Collected data:
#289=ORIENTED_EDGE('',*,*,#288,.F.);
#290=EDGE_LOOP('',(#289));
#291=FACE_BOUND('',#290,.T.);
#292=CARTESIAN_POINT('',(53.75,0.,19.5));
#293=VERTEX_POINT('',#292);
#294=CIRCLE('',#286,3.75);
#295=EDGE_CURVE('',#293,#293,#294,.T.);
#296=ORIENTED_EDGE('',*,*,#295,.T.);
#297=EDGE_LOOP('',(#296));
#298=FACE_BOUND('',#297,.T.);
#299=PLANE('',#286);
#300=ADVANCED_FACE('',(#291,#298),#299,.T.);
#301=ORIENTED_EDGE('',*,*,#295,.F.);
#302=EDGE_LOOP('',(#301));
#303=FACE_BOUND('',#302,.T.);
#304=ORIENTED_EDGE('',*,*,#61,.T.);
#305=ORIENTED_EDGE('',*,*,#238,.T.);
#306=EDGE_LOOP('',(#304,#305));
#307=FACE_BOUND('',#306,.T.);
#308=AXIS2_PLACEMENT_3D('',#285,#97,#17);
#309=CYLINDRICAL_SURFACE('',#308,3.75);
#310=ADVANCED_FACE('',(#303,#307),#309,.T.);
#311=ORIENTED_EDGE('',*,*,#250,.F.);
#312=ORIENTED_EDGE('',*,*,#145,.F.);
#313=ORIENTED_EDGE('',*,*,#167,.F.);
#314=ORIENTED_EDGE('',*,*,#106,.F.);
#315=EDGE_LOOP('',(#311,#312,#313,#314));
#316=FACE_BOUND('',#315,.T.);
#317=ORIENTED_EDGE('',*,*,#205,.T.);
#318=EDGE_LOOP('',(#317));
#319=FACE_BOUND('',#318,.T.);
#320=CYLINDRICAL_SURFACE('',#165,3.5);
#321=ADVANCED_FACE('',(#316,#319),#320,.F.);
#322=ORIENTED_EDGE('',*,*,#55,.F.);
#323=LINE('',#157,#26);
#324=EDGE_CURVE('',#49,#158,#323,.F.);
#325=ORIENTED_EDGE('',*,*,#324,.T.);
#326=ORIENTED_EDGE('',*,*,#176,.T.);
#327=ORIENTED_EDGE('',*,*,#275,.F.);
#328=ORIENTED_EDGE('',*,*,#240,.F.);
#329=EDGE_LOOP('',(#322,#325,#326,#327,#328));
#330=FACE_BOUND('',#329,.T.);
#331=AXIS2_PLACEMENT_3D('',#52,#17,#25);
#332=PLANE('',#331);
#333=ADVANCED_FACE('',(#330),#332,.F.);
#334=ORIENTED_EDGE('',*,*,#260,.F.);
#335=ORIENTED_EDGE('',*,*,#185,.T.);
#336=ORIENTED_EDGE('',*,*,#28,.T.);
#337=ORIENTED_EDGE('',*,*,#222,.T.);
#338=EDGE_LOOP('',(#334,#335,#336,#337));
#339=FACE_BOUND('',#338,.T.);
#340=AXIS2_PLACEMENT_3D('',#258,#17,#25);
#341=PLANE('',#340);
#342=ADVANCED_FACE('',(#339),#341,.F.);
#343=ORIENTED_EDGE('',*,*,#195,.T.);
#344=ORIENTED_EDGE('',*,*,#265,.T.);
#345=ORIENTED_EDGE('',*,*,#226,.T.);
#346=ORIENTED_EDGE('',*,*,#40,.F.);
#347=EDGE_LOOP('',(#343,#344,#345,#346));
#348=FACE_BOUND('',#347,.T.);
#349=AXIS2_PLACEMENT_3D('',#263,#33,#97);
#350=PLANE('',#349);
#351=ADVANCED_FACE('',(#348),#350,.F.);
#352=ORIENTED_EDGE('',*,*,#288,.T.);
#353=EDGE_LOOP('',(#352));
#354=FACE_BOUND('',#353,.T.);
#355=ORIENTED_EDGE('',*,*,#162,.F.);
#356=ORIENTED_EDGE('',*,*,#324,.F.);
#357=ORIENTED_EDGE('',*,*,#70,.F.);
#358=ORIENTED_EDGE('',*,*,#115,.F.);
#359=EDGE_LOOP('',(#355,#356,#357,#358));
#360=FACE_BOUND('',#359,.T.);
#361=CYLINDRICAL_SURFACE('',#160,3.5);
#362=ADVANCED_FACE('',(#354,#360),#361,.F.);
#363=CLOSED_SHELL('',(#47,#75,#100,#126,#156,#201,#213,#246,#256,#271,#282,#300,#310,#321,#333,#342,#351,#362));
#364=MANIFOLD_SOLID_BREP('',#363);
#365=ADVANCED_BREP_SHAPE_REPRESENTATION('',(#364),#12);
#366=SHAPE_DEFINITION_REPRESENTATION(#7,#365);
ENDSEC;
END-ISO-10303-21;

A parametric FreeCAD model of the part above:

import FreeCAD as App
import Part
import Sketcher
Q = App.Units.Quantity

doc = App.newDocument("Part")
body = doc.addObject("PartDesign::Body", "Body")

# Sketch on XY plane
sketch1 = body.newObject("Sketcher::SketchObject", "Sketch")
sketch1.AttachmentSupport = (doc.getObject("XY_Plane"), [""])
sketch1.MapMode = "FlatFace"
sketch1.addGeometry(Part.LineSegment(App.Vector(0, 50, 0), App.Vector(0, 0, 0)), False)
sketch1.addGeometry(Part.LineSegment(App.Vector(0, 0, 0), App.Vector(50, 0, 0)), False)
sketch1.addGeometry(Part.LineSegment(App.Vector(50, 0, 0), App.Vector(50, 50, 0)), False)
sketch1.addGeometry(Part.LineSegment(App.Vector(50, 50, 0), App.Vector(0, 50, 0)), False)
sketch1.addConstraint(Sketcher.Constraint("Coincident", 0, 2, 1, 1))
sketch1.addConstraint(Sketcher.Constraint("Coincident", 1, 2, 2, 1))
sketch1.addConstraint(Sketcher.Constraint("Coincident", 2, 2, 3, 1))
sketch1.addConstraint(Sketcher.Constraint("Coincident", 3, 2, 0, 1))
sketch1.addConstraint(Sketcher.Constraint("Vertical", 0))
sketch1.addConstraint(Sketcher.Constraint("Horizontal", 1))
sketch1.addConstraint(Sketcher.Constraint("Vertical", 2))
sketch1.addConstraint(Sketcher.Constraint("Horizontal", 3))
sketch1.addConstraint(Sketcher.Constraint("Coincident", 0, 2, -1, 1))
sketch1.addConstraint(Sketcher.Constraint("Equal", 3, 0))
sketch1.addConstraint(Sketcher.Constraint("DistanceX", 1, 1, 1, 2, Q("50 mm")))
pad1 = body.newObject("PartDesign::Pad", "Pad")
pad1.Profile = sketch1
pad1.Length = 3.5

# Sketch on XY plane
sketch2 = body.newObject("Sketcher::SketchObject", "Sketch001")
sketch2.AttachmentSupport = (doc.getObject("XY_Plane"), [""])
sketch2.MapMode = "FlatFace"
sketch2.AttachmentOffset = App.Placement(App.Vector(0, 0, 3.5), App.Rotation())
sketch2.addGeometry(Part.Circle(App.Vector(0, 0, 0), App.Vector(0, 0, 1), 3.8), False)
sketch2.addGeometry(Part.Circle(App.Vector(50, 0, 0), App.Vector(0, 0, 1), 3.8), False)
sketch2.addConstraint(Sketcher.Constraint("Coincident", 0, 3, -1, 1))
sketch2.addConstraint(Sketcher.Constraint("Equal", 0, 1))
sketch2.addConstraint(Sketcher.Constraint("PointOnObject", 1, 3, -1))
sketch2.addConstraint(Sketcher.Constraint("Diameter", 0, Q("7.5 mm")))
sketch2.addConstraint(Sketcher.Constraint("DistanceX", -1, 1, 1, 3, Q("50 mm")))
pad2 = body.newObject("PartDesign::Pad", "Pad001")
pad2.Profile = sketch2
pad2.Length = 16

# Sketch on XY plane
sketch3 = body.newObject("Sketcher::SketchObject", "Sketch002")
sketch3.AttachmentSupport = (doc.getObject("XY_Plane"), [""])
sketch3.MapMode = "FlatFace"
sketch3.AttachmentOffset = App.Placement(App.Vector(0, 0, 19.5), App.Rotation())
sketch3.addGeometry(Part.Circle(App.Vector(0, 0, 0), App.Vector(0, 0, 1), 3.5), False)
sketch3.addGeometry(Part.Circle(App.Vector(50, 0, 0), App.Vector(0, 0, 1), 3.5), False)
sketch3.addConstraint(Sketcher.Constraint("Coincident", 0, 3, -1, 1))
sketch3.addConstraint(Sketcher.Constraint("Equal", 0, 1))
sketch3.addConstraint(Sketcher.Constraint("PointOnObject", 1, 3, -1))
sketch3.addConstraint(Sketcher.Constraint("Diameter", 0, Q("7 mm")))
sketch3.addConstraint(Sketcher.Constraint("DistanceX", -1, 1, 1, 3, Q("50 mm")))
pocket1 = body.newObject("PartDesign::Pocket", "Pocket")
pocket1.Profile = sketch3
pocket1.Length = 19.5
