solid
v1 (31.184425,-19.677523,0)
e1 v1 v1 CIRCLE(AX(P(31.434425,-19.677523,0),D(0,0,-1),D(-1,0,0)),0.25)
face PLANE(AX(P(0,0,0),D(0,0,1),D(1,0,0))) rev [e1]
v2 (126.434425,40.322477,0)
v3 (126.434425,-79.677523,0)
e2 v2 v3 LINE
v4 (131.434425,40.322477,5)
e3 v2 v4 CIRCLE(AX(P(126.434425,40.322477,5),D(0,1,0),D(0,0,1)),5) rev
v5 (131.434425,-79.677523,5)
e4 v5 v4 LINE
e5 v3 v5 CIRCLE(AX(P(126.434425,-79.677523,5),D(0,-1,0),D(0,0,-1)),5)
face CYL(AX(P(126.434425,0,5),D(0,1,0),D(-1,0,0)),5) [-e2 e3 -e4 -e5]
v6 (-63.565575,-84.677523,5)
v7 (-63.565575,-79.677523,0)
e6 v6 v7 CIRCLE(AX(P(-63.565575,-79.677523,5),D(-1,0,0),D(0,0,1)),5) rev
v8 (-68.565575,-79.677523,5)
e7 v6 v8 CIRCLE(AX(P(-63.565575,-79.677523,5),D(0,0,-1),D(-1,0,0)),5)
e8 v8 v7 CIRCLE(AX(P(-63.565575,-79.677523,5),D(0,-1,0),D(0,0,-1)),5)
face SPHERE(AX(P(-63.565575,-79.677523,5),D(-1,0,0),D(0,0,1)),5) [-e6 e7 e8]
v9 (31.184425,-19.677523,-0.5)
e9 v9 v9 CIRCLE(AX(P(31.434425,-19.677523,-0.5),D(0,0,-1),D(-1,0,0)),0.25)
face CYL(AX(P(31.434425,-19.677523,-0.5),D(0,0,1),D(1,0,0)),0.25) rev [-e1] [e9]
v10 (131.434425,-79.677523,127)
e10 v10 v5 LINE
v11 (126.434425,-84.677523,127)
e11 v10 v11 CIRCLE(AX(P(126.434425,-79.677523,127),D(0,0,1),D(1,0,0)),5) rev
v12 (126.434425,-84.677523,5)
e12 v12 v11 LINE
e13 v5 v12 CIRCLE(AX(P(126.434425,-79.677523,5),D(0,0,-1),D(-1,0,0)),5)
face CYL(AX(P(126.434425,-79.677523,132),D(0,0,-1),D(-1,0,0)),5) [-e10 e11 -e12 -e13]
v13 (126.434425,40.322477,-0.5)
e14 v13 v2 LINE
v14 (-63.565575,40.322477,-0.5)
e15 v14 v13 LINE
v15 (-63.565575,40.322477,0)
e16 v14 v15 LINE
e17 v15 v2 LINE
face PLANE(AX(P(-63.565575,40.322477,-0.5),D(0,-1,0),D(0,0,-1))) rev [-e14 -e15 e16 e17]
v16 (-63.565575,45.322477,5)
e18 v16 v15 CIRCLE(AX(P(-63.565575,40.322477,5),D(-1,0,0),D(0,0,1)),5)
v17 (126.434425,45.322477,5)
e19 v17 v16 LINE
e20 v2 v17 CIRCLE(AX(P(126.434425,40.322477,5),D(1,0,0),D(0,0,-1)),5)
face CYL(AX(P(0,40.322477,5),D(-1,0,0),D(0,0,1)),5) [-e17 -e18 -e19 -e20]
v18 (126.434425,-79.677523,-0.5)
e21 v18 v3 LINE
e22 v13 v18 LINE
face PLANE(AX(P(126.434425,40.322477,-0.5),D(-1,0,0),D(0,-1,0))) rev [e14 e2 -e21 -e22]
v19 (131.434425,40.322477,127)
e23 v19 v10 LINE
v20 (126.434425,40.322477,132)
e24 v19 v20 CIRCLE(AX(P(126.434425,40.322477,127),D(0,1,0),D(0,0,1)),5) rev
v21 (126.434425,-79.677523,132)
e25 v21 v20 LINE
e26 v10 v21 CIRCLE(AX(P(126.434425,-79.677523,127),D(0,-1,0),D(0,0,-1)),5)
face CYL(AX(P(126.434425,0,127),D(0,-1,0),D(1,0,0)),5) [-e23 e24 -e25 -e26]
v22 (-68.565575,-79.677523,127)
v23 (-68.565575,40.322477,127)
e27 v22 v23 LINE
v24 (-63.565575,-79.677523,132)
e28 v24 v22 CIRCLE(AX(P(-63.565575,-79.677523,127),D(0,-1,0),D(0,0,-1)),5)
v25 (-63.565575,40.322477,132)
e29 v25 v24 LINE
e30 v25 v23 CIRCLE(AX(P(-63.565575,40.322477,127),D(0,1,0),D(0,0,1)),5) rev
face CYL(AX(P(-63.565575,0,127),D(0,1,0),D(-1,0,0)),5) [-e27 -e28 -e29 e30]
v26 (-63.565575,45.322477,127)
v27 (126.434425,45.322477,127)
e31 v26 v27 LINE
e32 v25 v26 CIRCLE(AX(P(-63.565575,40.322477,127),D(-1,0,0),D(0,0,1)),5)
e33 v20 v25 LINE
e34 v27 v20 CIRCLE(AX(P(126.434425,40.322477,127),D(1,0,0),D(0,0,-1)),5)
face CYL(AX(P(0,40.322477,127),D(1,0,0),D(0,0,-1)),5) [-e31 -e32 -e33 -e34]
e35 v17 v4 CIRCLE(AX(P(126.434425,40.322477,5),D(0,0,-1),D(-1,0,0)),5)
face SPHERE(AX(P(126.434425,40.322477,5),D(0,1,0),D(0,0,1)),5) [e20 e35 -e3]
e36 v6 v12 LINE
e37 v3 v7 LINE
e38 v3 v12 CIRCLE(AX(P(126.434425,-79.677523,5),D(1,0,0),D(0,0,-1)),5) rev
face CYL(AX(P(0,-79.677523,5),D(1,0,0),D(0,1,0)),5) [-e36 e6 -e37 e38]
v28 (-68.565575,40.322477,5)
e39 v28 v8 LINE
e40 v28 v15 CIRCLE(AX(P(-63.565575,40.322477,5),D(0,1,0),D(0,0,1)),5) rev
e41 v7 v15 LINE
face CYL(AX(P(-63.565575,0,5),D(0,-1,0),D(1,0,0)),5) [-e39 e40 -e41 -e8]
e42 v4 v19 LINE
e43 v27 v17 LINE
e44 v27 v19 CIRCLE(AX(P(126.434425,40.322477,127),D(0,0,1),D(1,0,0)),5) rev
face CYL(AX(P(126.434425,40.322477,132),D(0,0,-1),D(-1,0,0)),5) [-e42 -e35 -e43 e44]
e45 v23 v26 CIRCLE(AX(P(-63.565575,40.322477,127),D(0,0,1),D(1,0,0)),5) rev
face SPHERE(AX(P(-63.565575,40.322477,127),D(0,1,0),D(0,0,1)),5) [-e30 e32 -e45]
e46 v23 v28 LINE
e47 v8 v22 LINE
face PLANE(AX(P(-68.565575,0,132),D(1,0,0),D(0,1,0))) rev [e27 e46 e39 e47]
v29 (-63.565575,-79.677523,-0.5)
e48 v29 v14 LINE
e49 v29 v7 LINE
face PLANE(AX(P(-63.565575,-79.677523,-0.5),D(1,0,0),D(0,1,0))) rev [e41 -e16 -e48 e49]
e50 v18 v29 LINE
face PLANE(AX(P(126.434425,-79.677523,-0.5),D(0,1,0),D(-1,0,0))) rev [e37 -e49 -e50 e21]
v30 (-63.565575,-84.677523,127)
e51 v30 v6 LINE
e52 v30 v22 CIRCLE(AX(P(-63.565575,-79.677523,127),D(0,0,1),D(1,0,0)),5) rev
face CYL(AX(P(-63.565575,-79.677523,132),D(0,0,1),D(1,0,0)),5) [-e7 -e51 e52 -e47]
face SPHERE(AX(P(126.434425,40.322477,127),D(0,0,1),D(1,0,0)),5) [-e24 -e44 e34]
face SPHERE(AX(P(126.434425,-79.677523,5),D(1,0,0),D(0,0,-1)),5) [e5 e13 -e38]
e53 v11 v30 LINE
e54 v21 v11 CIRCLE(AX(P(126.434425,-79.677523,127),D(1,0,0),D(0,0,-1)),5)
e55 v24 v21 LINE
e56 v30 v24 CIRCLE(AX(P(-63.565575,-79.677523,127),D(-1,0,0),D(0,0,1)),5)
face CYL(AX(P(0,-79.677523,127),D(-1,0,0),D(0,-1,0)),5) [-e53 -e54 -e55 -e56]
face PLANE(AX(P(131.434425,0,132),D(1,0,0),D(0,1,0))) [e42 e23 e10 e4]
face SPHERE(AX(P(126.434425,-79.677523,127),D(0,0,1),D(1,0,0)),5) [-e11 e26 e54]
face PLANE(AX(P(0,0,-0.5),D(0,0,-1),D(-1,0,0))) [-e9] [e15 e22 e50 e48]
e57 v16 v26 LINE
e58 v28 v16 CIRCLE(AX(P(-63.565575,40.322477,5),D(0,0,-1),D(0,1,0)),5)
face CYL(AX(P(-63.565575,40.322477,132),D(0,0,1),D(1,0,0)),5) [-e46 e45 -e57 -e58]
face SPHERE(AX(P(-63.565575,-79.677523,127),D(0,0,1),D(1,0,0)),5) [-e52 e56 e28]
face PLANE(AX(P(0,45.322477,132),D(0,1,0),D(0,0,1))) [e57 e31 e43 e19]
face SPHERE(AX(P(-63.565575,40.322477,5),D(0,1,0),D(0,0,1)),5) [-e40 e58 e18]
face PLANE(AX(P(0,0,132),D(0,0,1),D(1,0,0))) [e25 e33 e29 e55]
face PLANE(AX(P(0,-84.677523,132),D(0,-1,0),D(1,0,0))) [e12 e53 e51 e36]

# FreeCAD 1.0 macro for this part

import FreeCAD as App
import Part
import Sketcher
Q = App.Units.Quantity

doc = App.newDocument("Part")
body = doc.addObject("PartDesign::Body", "Body")

# Sketch on XY plane
sketch1 = body.newObject("Sketcher::SketchObject", "Sketch")
sketch1.AttachmentSupport = (doc.getObject("XY_Plane"), [""])
sketch1.MapMode = "FlatFace"
sketch1.addGeometry(Part.LineSegment(App.Vector(-69, 45, 0), App.Vector(-69, -85, 0)), False)
sketch1.addGeometry(Part.LineSegment(App.Vector(-69, -85, 0), App.Vector(131, -85, 0)), False)
sketch1.addGeometry(Part.LineSegment(App.Vector(131, -85, 0), App.Vector(131, 45, 0)), False)
sketch1.addGeometry(Part.LineSegment(App.Vector(131, 45, 0), App.Vector(-69, 45, 0)), False)
sketch1.addConstraint(Sketcher.Constraint("Coincident", 0, 2, 1, 1))
sketch1.addConstraint(Sketcher.Constraint("Coincident", 1, 2, 2, 1))
sketch1.addConstraint(Sketcher.Constraint("Coincident", 2, 2, 3, 1))
sketch1.addConstraint(Sketcher.Constraint("Coincident", 3, 2, 0, 1))
sketch1.addConstraint(Sketcher.Constraint("Vertical", 0))
sketch1.addConstraint(Sketcher.Constraint("Horizontal", 1))
sketch1.addConstraint(Sketcher.Constraint("Vertical", 2))
sketch1.addConstraint(Sketcher.Constraint("Horizontal", 3))
sketch1.addConstraint(Sketcher.Constraint("DistanceX", 1, 1, 1, 2, Q("200 mm")))
sketch1.addConstraint(Sketcher.Constraint("DistanceY", 0, 2, 0, 1, Q("130 mm")))
sketch1.addConstraint(Sketcher.Constraint("DistanceX", 0, 2, -1, 1, Q("68.565575 mm")))
sketch1.addConstraint(Sketcher.Constraint("DistanceY", 0, 2, -1, 1, Q("84.677523 mm")))
pad1 = body.newObject("PartDesign::Pad", "Pad")
pad1.Profile = sketch1
pad1.Length = 132
doc.recompute()

fillet = body.newObject("PartDesign::Fillet", "Fillet")
fillet.Base = (pad1, ["Edge1"])
fillet.UseAllEdges = True
fillet.Radius = 5

# Sketch on XY plane
sketch2 = body.newObject("Sketcher::SketchObject", "Sketch001")
sketch2.AttachmentSupport = (doc.getObject("XY_Plane"), [""])
sketch2.MapMode = "FlatFace"
sketch2.addGeometry(Part.LineSegment(App.Vector(126.43, 40.32, 0), App.Vector(126.43, -79.68, 0)), False)
sketch2.addGeometry(Part.LineSegment(App.Vector(126.43, -79.68, 0), App.Vector(-63.57, -79.68, 0)), False)
sketch2.addGeometry(Part.LineSegment(App.Vector(-63.57, -79.68, 0), App.Vector(-63.57, 40.32, 0)), False)
sketch2.addGeometry(Part.LineSegment(App.Vector(-63.57, 40.32, 0), App.Vector(126.43, 40.32, 0)), False)
sketch2.addGeometry(Part.Circle(App.Vector(31.43, -19.68, 0), App.Vector(0, 0, 1), 0.25), False)
sketch2.addConstraint(Sketcher.Constraint("Coincident", 0, 2, 1, 1))
sketch2.addConstraint(Sketcher.Constraint("Coincident", 1, 2, 2, 1))
sketch2.addConstraint(Sketcher.Constraint("Coincident", 2, 2, 3, 1))
sketch2.addConstraint(Sketcher.Constraint("Coincident", 3, 2, 0, 1))
sketch2.addConstraint(Sketcher.Constraint("Vertical", 0))
sketch2.addConstraint(Sketcher.Constraint("Horizontal", 1))
sketch2.addConstraint(Sketcher.Constraint("Vertical", 2))
sketch2.addConstraint(Sketcher.Constraint("Horizontal", 3))
sketch2.addConstraint(Sketcher.Constraint("Diameter", 4, Q("0.5 mm")))
sketch2.addConstraint(Sketcher.Constraint("DistanceX", 1, 2, 1, 1, Q("190 mm")))
sketch2.addConstraint(Sketcher.Constraint("DistanceY", 0, 2, 0, 1, Q("120 mm")))
sketch2.addConstraint(Sketcher.Constraint("DistanceX", 4, 3, 0, 2, Q("95 mm")))
sketch2.addConstraint(Sketcher.Constraint("DistanceY", 0, 2, 4, 3, Q("60 mm")))
sketch2.addConstraint(Sketcher.Constraint("DistanceX", -1, 1, 4, 3, Q("31.434425 mm")))
sketch2.addConstraint(Sketcher.Constraint("DistanceY", 4, 3, -1, 1, Q("19.677523 mm")))
pad2 = body.newObject("PartDesign::Pad", "Pad001")
pad2.Profile = sketch2
pad2.Length = 0.5
pad2.Reversed = True

doc.recompute()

Directions: In the entries above, restate word for word the lines between the one holding "e31 v26 v27 LINE" and the one holding "e39 v28 v8 LINE", inclusive, and nothing besides.

Answer to this exercise:
e31 v26 v27 LINE
e32 v25 v26 CIRCLE(AX(P(-63.565575,40.322477,127),D(-1,0,0),D(0,0,1)),5)
e33 v20 v25 LINE
e34 v27 v20 CIRCLE(AX(P(126.434425,40.322477,127),D(1,0,0),D(0,0,-1)),5)
face CYL(AX(P(0,40.322477,127),D(1,0,0),D(0,0,-1)),5) [-e31 -e32 -e33 -e34]
e35 v17 v4 CIRCLE(AX(P(126.434425,40.322477,5),D(0,0,-1),D(-1,0,0)),5)
face SPHERE(AX(P(126.434425,40.322477,5),D(0,1,0),D(0,0,1)),5) [e20 e35 -e3]
e36 v6 v12 LINE
e37 v3 v7 LINE
e38 v3 v12 CIRCLE(AX(P(126.434425,-79.677523,5),D(1,0,0),D(0,0,-1)),5) rev
face CYL(AX(P(0,-79.677523,5),D(1,0,0),D(0,1,0)),5) [-e36 e6 -e37 e38]
v28 (-68.565575,40.322477,5)
e39 v28 v8 LINE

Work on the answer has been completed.